If a line in the listing carries the word "amount", return a copy of that line.

• [RECORDS PROVIDED]
────────────────

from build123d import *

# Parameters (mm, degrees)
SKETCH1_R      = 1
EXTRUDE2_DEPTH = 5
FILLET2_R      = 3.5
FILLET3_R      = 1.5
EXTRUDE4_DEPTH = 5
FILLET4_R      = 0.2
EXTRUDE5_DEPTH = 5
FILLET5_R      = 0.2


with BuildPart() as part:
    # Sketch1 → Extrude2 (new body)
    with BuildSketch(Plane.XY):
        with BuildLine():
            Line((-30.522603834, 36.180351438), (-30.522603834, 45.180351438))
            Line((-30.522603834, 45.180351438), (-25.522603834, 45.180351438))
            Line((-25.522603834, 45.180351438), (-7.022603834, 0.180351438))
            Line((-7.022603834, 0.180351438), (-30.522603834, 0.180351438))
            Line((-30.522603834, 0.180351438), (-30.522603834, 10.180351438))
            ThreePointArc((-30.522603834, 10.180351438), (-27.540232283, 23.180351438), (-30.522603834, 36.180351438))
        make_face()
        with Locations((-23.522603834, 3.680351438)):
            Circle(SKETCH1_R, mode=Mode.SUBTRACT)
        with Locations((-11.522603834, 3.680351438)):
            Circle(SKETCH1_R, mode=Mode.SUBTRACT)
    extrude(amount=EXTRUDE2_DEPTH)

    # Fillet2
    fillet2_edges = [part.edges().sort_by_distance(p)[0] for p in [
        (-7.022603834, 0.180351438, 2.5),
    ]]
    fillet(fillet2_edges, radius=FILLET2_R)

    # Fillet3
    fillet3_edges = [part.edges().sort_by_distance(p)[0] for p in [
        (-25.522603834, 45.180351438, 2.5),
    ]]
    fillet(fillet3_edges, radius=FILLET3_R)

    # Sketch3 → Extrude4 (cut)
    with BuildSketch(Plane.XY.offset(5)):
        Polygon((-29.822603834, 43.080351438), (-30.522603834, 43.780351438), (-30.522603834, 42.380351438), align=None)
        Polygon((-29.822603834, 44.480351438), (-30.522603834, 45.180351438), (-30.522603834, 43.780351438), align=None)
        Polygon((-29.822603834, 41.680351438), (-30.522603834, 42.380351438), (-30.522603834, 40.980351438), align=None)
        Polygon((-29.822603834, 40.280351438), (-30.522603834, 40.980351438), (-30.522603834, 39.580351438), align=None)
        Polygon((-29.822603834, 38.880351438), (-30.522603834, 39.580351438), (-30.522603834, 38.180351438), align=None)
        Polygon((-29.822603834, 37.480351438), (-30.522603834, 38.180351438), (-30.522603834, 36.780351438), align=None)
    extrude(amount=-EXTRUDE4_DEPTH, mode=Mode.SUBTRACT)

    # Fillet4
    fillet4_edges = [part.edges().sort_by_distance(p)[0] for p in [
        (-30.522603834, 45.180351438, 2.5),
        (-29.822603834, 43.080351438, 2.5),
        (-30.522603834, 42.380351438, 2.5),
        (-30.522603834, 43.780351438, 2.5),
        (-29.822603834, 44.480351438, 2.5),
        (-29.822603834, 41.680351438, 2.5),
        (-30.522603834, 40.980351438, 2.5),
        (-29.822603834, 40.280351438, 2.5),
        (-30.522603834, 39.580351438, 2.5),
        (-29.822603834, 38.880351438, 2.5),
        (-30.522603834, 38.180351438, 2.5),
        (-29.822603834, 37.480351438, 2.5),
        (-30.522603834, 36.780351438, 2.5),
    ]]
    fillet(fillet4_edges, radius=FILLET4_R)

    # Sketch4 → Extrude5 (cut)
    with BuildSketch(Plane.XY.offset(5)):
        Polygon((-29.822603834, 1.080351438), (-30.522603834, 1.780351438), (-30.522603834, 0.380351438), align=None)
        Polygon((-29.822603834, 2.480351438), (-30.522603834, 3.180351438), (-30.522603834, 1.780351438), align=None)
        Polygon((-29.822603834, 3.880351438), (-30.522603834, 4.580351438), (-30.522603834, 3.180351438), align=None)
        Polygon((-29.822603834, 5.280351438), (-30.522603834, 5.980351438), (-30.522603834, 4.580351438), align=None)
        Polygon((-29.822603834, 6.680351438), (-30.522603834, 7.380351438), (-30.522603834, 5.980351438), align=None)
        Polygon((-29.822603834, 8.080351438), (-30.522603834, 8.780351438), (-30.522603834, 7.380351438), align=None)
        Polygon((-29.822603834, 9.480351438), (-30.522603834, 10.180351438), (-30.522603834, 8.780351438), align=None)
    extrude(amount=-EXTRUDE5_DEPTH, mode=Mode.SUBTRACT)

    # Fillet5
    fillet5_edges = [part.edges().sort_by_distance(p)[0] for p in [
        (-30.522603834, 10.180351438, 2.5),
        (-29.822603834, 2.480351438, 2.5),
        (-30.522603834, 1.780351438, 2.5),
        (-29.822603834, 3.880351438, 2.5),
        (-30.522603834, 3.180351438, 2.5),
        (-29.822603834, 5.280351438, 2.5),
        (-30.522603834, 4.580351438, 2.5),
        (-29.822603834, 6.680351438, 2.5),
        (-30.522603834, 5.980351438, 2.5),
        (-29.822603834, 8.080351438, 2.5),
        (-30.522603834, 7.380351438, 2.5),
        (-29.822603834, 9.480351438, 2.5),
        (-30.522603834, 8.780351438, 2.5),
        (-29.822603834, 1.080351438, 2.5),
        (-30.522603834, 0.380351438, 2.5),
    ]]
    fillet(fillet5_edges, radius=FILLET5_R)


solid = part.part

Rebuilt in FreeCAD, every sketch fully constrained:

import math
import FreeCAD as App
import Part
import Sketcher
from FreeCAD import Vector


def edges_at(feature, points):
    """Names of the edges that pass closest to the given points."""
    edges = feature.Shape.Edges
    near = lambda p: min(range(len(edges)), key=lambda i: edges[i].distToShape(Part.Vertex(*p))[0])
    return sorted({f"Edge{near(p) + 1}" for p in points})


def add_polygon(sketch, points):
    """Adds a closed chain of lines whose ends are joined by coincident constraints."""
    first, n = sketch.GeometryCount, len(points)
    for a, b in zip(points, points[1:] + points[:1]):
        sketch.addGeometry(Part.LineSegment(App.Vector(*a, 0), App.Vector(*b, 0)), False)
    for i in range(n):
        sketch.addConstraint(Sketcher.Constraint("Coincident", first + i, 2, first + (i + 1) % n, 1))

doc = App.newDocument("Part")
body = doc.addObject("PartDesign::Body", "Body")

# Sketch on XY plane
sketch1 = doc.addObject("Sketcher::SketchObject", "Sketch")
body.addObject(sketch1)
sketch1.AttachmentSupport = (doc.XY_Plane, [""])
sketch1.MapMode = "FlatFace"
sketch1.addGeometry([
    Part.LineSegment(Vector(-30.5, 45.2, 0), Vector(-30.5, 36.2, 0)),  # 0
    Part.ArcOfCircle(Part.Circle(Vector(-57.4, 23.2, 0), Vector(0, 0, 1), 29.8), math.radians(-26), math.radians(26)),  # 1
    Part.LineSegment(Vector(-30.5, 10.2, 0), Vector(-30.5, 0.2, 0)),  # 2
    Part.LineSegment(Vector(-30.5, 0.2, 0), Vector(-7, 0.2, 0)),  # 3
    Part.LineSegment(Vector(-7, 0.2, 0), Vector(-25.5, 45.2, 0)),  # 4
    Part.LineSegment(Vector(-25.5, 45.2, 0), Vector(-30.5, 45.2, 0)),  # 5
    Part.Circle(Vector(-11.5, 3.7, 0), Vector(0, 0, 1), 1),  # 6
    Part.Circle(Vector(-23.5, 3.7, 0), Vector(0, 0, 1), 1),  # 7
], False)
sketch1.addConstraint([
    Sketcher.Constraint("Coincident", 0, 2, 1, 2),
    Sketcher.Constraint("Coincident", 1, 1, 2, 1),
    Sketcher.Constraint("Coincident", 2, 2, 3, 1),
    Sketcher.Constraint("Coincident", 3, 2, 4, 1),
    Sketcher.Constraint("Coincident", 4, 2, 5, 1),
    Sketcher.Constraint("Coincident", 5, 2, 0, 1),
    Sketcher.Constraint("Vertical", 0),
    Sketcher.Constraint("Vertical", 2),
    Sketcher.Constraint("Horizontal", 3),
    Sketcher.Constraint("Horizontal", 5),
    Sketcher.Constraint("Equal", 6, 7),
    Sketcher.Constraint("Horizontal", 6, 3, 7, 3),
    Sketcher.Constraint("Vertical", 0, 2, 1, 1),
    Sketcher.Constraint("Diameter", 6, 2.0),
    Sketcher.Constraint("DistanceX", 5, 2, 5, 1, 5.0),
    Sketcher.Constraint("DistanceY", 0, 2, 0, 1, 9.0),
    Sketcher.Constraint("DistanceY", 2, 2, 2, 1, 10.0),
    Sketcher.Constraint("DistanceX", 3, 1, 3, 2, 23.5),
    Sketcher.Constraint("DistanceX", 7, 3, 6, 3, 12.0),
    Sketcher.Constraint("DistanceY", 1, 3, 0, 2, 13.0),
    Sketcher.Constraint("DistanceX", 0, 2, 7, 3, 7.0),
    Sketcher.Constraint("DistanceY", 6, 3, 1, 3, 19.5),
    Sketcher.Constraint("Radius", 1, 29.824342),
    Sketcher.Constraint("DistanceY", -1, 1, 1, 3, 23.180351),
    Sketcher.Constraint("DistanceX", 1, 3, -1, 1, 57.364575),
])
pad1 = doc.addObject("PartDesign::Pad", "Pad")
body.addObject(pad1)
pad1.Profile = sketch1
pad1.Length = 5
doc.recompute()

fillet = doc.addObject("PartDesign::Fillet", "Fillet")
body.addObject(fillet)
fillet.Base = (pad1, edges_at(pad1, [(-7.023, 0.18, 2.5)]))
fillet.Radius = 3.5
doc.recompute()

────────────────

• [TASK RESULT]
    extrude(amount=EXTRUDE2_DEPTH)
    extrude(amount=-EXTRUDE4_DEPTH, mode=Mode.SUBTRACT)
    extrude(amount=-EXTRUDE5_DEPTH, mode=Mode.SUBTRACT)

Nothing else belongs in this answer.